Parallel Computation¶
runHiC provides two layers of parallel computing:
You can specify the number of threads / processes when you run
runHiC mapping
,runHiC filtering
,runHiC binning
andrunHiC pileup
subcommands, by setting the-t/--threads
or--nproc
arguments.If you have access to a HPC cluster. The most efficient way to process a deeply-sequenced library is to submit the same command across multiple nodes.

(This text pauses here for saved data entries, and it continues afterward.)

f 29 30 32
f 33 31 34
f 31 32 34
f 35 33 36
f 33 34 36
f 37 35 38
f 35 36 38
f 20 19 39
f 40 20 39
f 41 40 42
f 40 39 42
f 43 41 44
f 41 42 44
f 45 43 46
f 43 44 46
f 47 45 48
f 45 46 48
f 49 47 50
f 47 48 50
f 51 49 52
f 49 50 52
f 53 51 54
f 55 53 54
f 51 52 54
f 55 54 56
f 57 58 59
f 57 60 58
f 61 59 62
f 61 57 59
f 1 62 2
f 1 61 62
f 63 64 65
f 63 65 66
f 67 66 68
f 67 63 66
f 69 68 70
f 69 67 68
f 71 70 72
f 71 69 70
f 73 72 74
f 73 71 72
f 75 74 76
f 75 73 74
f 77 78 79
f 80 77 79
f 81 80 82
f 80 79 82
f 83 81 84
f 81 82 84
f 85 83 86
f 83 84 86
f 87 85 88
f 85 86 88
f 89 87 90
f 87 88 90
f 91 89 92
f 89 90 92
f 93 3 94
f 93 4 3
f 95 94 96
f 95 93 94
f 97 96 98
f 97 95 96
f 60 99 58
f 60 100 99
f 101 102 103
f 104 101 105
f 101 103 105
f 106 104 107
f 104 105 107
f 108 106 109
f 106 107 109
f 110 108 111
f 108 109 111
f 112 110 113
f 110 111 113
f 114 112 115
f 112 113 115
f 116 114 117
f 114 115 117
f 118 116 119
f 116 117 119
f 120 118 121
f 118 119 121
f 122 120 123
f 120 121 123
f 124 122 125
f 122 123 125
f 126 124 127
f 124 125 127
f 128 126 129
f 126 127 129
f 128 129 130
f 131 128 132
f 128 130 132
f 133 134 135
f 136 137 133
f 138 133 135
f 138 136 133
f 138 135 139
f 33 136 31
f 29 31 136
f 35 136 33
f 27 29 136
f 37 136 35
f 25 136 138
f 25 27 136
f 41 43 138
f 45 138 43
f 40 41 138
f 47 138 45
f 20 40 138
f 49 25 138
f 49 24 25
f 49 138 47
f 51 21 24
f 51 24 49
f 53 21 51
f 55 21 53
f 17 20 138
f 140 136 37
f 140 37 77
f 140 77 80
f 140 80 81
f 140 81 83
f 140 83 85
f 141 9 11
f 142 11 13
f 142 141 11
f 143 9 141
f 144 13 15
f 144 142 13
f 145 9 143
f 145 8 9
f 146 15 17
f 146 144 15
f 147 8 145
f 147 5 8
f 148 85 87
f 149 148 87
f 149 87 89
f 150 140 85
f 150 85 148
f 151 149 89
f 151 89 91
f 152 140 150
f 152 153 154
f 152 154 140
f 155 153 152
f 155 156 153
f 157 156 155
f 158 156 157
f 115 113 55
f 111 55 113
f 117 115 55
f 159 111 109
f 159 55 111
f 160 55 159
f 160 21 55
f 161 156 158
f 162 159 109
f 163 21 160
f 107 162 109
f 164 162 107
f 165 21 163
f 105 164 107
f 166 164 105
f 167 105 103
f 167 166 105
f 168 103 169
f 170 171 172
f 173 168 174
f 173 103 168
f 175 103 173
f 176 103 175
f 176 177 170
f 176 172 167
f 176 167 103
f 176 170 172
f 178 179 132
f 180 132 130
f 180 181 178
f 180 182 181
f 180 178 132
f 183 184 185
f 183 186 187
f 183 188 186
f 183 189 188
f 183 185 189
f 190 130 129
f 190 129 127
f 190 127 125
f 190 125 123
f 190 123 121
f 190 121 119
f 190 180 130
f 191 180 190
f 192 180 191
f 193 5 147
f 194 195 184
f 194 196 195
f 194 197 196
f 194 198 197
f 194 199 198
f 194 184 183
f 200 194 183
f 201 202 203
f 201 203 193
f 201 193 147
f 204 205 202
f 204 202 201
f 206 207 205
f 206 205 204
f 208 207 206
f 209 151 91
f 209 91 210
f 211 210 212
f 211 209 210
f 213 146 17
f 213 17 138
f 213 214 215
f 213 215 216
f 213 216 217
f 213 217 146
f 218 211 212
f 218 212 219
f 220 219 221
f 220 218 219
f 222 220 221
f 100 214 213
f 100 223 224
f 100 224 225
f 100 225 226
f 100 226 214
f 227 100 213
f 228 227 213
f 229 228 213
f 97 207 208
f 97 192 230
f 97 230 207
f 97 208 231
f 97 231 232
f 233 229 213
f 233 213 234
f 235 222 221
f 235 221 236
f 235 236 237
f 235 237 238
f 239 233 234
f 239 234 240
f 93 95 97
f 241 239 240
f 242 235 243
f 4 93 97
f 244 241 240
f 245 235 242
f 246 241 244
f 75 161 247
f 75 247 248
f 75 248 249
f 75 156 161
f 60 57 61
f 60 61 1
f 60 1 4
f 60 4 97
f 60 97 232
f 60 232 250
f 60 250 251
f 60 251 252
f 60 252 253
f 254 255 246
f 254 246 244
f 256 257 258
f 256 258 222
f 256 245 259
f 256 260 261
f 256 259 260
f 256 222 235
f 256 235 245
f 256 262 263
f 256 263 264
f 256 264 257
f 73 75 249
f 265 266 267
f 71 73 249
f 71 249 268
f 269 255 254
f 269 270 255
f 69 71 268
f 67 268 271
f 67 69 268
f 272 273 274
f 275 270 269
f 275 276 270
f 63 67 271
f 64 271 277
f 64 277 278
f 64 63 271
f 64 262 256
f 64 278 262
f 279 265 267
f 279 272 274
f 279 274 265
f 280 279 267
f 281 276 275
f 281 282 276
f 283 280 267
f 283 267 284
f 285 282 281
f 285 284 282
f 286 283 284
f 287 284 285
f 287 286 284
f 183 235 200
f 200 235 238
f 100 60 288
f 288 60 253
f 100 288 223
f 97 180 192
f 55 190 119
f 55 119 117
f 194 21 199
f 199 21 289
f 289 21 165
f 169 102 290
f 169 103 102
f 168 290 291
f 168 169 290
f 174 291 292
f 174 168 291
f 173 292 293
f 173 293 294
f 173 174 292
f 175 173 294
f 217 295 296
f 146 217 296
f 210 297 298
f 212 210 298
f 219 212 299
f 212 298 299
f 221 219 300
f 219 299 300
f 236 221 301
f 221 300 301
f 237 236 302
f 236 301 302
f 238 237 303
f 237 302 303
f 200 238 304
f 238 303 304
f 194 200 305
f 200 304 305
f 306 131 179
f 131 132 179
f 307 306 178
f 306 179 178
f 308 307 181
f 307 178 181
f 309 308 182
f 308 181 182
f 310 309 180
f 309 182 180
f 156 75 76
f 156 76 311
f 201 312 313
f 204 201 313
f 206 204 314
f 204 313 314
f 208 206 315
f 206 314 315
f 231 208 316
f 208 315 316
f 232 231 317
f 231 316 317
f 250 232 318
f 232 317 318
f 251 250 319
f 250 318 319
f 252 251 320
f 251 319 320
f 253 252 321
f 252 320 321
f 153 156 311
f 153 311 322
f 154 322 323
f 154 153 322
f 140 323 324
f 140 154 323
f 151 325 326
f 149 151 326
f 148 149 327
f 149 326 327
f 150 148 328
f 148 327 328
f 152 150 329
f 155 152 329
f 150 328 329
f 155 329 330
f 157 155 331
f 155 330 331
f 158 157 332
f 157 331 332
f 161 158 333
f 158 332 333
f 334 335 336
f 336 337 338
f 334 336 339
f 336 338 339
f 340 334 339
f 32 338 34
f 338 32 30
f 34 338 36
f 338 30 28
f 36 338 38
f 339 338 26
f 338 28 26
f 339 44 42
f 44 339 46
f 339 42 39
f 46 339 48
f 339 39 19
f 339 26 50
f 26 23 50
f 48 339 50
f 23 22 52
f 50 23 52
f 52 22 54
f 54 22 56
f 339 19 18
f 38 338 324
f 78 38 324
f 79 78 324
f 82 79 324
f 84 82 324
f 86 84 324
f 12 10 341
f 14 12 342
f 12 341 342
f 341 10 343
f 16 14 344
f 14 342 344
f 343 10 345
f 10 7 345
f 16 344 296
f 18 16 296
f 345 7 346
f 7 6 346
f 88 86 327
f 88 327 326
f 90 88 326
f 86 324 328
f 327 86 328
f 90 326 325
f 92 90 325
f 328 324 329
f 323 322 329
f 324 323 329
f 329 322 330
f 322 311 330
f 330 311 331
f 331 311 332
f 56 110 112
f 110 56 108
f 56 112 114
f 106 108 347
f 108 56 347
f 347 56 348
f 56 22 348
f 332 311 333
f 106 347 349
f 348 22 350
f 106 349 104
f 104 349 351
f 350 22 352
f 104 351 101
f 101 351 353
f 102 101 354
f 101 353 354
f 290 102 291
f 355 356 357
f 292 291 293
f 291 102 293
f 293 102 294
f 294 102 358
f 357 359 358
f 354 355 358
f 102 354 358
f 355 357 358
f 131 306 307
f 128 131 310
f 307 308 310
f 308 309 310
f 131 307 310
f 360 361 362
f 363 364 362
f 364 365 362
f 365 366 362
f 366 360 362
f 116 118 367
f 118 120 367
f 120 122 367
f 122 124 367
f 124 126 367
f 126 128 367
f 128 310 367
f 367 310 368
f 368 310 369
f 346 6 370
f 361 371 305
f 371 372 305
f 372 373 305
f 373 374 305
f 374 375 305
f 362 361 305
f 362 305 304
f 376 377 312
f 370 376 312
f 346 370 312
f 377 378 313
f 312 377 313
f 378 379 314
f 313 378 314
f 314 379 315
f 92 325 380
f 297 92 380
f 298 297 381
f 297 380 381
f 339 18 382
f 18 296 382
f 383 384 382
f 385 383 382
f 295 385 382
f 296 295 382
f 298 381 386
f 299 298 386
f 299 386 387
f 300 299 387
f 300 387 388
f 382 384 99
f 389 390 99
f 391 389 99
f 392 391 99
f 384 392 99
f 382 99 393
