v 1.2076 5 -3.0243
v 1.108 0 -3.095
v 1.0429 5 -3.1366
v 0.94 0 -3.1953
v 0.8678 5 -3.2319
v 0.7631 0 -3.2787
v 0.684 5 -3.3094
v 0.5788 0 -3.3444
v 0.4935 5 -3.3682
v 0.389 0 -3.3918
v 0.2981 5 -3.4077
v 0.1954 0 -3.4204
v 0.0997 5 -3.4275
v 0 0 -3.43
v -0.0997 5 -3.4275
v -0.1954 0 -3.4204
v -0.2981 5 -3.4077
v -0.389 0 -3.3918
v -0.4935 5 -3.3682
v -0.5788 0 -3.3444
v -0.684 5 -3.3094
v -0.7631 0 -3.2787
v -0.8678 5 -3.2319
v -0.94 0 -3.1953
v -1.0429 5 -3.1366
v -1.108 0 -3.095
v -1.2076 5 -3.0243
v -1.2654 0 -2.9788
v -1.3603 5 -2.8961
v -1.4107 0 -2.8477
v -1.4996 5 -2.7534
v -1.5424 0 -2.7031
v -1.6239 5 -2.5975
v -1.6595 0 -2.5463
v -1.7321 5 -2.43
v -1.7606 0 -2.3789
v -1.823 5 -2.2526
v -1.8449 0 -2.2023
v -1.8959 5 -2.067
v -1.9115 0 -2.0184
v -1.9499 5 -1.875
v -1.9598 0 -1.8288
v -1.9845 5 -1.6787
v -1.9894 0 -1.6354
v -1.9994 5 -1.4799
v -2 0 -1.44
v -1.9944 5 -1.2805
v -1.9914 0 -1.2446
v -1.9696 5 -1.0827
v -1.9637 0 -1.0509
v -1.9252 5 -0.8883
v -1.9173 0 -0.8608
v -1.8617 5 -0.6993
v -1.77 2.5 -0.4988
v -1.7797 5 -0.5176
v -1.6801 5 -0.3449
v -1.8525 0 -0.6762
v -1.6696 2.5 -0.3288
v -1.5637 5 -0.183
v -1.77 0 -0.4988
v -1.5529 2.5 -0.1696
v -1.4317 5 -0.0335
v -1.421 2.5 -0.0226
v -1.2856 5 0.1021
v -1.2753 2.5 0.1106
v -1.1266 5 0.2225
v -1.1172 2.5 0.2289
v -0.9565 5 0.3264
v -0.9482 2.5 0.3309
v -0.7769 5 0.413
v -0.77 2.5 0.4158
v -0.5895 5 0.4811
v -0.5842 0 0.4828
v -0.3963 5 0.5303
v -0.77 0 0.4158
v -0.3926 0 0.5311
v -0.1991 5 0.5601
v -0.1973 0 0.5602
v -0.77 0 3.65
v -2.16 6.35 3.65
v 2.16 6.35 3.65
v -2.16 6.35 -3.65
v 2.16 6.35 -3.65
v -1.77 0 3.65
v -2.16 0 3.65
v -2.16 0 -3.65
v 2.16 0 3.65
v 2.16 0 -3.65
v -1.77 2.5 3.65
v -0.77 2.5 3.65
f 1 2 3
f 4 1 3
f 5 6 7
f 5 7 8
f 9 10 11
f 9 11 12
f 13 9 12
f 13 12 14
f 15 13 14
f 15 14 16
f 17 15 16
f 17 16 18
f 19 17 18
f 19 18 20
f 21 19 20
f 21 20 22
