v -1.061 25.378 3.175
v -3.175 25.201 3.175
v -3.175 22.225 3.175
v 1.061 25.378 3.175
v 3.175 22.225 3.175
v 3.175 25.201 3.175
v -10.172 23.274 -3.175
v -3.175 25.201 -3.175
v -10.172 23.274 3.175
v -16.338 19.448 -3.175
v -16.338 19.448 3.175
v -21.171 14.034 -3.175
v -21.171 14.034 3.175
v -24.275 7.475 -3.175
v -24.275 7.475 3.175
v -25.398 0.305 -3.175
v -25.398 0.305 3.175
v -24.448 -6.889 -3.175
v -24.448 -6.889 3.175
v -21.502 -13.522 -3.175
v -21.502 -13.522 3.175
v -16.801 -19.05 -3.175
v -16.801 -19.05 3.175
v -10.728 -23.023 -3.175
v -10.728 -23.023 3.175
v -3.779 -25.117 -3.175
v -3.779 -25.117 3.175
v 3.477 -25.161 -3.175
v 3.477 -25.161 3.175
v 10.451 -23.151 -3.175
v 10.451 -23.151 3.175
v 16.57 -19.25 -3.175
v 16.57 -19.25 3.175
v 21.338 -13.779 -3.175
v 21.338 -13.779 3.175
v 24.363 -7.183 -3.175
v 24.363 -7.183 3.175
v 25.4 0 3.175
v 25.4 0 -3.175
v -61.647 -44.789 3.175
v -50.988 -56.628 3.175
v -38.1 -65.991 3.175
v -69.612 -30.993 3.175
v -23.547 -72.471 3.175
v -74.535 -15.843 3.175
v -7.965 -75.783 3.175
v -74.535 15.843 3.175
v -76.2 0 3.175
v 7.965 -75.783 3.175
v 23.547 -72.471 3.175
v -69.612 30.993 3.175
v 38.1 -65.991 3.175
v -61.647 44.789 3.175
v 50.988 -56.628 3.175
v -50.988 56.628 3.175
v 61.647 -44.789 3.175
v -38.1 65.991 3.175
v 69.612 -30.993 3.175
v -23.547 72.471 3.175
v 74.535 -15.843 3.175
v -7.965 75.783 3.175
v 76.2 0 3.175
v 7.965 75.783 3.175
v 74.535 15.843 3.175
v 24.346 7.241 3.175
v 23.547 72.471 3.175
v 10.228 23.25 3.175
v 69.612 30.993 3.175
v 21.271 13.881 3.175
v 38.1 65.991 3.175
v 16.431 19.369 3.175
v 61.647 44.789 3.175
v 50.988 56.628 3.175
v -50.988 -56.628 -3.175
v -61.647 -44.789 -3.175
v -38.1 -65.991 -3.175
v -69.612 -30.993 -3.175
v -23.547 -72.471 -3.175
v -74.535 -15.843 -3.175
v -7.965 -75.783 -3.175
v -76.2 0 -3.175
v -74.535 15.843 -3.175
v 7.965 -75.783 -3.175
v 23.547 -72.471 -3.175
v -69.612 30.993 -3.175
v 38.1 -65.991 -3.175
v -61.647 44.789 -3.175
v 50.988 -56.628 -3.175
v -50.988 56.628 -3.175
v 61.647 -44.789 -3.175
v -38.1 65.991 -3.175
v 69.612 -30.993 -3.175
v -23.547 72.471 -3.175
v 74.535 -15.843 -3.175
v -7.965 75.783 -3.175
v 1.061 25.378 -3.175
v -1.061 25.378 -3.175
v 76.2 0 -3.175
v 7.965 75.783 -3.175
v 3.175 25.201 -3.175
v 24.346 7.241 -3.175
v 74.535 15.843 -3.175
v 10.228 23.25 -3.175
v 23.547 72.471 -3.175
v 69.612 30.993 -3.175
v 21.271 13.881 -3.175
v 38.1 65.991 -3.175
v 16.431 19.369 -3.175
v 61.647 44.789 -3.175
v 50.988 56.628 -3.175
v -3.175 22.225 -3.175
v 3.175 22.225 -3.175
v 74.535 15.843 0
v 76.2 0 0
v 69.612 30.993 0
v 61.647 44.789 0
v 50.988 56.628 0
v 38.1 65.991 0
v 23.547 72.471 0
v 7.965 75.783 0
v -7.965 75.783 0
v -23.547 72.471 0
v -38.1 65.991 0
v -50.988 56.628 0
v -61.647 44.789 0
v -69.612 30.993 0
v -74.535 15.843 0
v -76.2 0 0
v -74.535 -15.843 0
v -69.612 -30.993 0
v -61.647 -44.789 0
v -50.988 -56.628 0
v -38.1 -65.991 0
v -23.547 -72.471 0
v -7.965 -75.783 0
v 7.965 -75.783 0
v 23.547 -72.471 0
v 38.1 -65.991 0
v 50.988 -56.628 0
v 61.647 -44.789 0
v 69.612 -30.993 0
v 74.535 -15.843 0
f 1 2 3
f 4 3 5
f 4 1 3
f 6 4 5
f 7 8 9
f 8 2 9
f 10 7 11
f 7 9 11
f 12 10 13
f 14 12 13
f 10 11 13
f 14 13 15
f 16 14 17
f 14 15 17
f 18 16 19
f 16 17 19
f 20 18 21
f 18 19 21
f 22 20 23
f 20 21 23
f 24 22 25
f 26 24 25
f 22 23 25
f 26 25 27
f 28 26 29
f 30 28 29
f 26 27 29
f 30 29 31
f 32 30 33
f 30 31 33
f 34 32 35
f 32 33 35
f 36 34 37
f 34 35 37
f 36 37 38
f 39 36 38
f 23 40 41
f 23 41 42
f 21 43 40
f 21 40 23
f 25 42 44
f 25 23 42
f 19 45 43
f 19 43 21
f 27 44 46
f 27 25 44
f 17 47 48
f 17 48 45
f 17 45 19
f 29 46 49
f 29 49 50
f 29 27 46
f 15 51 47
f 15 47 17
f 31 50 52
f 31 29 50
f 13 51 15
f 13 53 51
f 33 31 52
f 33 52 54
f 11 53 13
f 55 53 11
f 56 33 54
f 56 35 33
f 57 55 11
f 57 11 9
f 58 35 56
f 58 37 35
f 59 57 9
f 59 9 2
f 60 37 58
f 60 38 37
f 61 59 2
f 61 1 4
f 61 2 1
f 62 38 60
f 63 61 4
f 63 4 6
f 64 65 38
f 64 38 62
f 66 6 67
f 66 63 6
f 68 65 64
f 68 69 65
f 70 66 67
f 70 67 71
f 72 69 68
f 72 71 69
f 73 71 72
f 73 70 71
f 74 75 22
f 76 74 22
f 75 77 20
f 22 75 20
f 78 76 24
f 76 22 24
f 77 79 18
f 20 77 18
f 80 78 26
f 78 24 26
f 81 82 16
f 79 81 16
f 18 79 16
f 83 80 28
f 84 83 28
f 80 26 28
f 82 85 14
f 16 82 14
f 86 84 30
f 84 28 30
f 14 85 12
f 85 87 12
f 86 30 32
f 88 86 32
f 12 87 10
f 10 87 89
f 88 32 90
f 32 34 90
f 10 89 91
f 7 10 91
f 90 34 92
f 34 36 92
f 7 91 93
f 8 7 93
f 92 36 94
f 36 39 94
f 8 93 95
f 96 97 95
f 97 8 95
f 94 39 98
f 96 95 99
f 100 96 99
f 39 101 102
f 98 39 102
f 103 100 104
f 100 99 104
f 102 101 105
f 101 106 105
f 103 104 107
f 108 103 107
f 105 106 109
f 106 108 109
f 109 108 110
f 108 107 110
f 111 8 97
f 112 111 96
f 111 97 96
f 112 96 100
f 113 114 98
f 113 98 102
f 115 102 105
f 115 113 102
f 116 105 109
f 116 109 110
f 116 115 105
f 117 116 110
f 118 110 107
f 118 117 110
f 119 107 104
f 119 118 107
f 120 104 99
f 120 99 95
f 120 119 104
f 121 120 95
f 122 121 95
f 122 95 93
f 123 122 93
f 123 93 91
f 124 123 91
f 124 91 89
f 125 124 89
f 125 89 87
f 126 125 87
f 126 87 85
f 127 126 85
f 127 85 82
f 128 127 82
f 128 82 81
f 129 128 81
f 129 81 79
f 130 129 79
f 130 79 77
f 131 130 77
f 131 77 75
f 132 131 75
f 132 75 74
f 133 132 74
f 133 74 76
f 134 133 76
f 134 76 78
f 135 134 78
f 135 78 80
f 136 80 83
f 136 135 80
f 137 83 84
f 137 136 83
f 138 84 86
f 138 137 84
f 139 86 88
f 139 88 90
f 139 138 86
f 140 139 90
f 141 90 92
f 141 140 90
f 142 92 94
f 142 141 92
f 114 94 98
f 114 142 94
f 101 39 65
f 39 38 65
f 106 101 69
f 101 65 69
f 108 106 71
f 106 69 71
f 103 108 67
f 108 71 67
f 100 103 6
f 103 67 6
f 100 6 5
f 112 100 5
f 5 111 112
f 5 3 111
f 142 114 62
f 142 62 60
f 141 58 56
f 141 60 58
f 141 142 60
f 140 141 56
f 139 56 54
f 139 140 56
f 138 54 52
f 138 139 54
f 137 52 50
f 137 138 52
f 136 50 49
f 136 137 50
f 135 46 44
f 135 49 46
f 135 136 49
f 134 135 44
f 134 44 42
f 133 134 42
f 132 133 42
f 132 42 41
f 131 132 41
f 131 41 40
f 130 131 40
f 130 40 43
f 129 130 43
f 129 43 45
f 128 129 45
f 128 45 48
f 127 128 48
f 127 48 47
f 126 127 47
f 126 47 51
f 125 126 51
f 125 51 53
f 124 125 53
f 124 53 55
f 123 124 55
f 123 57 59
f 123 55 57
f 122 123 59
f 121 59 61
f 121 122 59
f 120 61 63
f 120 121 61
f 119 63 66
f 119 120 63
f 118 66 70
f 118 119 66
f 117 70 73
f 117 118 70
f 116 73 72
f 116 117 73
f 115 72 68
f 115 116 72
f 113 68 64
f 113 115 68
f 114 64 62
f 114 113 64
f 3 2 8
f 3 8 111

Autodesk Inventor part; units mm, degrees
ref_plane "YZ Plane" through (0, 0, 0) normal (1, 0, 0) x (0, 1, 0)
ref_plane "XZ Plane" through (0, 0, 0) normal (0, 1, 0) x (-1, 0, 0)
ref_plane "XY Plane" through (0, 0, 0) normal (0, 0, 1) x (1, 0, 0)
sketch "Sketch1" plane through (0, 0, 0) normal (0, 0, 1) x (1, 0, 0)
  circle A0 centre (0, 0) radius 76.2
  dimension "d0" = 152.4
extrude "Extrusion1" add sketch "Sketch1" along normal mid plane 6.35
sketch "Sketch3" plane through (0, 0, 3.175) normal (0, 0, 1) x (1, 0, 0)
  circle A0 centre (0, 0) radius 25.4
  dimension "d8" = 50.8
extrude "Extrusion3" cut sketch "Sketch3" against normal through all
sketch "Sketch5" plane through (0, 0, 3.175) normal (0, 0, 1) x (1, 0, 0)
  arc A0 (3.175, 25.2008) -> (-3.175, 25.2008) centre (0, 0) ccw
  circle A1 centre (0, 0) radius 25.4 projected
  line L0 (-3.175, 25.2008) -> (-3.175, 22.225)
  line L1 (3.175, 25.2008) -> (3.175, 22.225)
  line L2 (-3.175, 22.225) -> (3.175, 22.225)
  dimension "d11" = 3.175
  dimension "d13" = 6.35
extrude "Extrusion4" add sketch "Sketch5" against normal blind 6.35 contours L1 L2 L0 A0
sketch "Sketch7" plane through (0, 0, -3.175) normal (0, 0, -1) x (-1, 0, 0)
  arc A0 (3.175, -25.2008) -> (20.237, -15.35) centre (0, 0) ccw projected
  circle A1 centre (0, 0) radius 38.1
  circle A2 centre (0, 0) radius 4.7625
  dimension "d19" = 76.2
  dimension "d20" = 9.525
properties part number "6x1_4-testSampleGear" material "PC/ABS Plastic"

And runHiC will parallel the tasks for you automatically.
Example¶
To show how to launch runHiC on our example data across multiple nodes of a cluster, let’s create a sub-folder within workspace and copy the meta data file into it:
$ mkdir run-on-cluster
$ cp datasets.tsv ./run-on-cluster
$ cd run-on-cluster
Then change to the run-on-cluster sub-folder, and submit the command below (you may need to write a job submission script based on the resource management system installed on your cluster):
$ runHiC pileup -p ../../data/ -g hg38 -f HiC-SRA -F SRA -A bwa-mem -t 20 --include-readid --drop-seq --chunkSize 1500000 --logFile runHiC-1.log
Then swith to a different node, and submit the same command for the 2nd time:
$ runHiC pileup -p ../../data/ -g hg38 -f HiC-SRA -F SRA -A bwa-mem -t 20 --include-readid --drop-seq --chunkSize 1500000 --logFile runHiC-2.log
Then swith to a 3rd node:
$ runHiC pileup -p ../../data/ -g hg38 -f HiC-SRA -F SRA -A bwa-mem -t 20 --include-readid --drop-seq --chunkSize 1500000 --logFile runHiC-3.log
That’s it! You can flexibly allocate the number of threads for each node and the number of processes to launch to utilize the cluster at the most extent.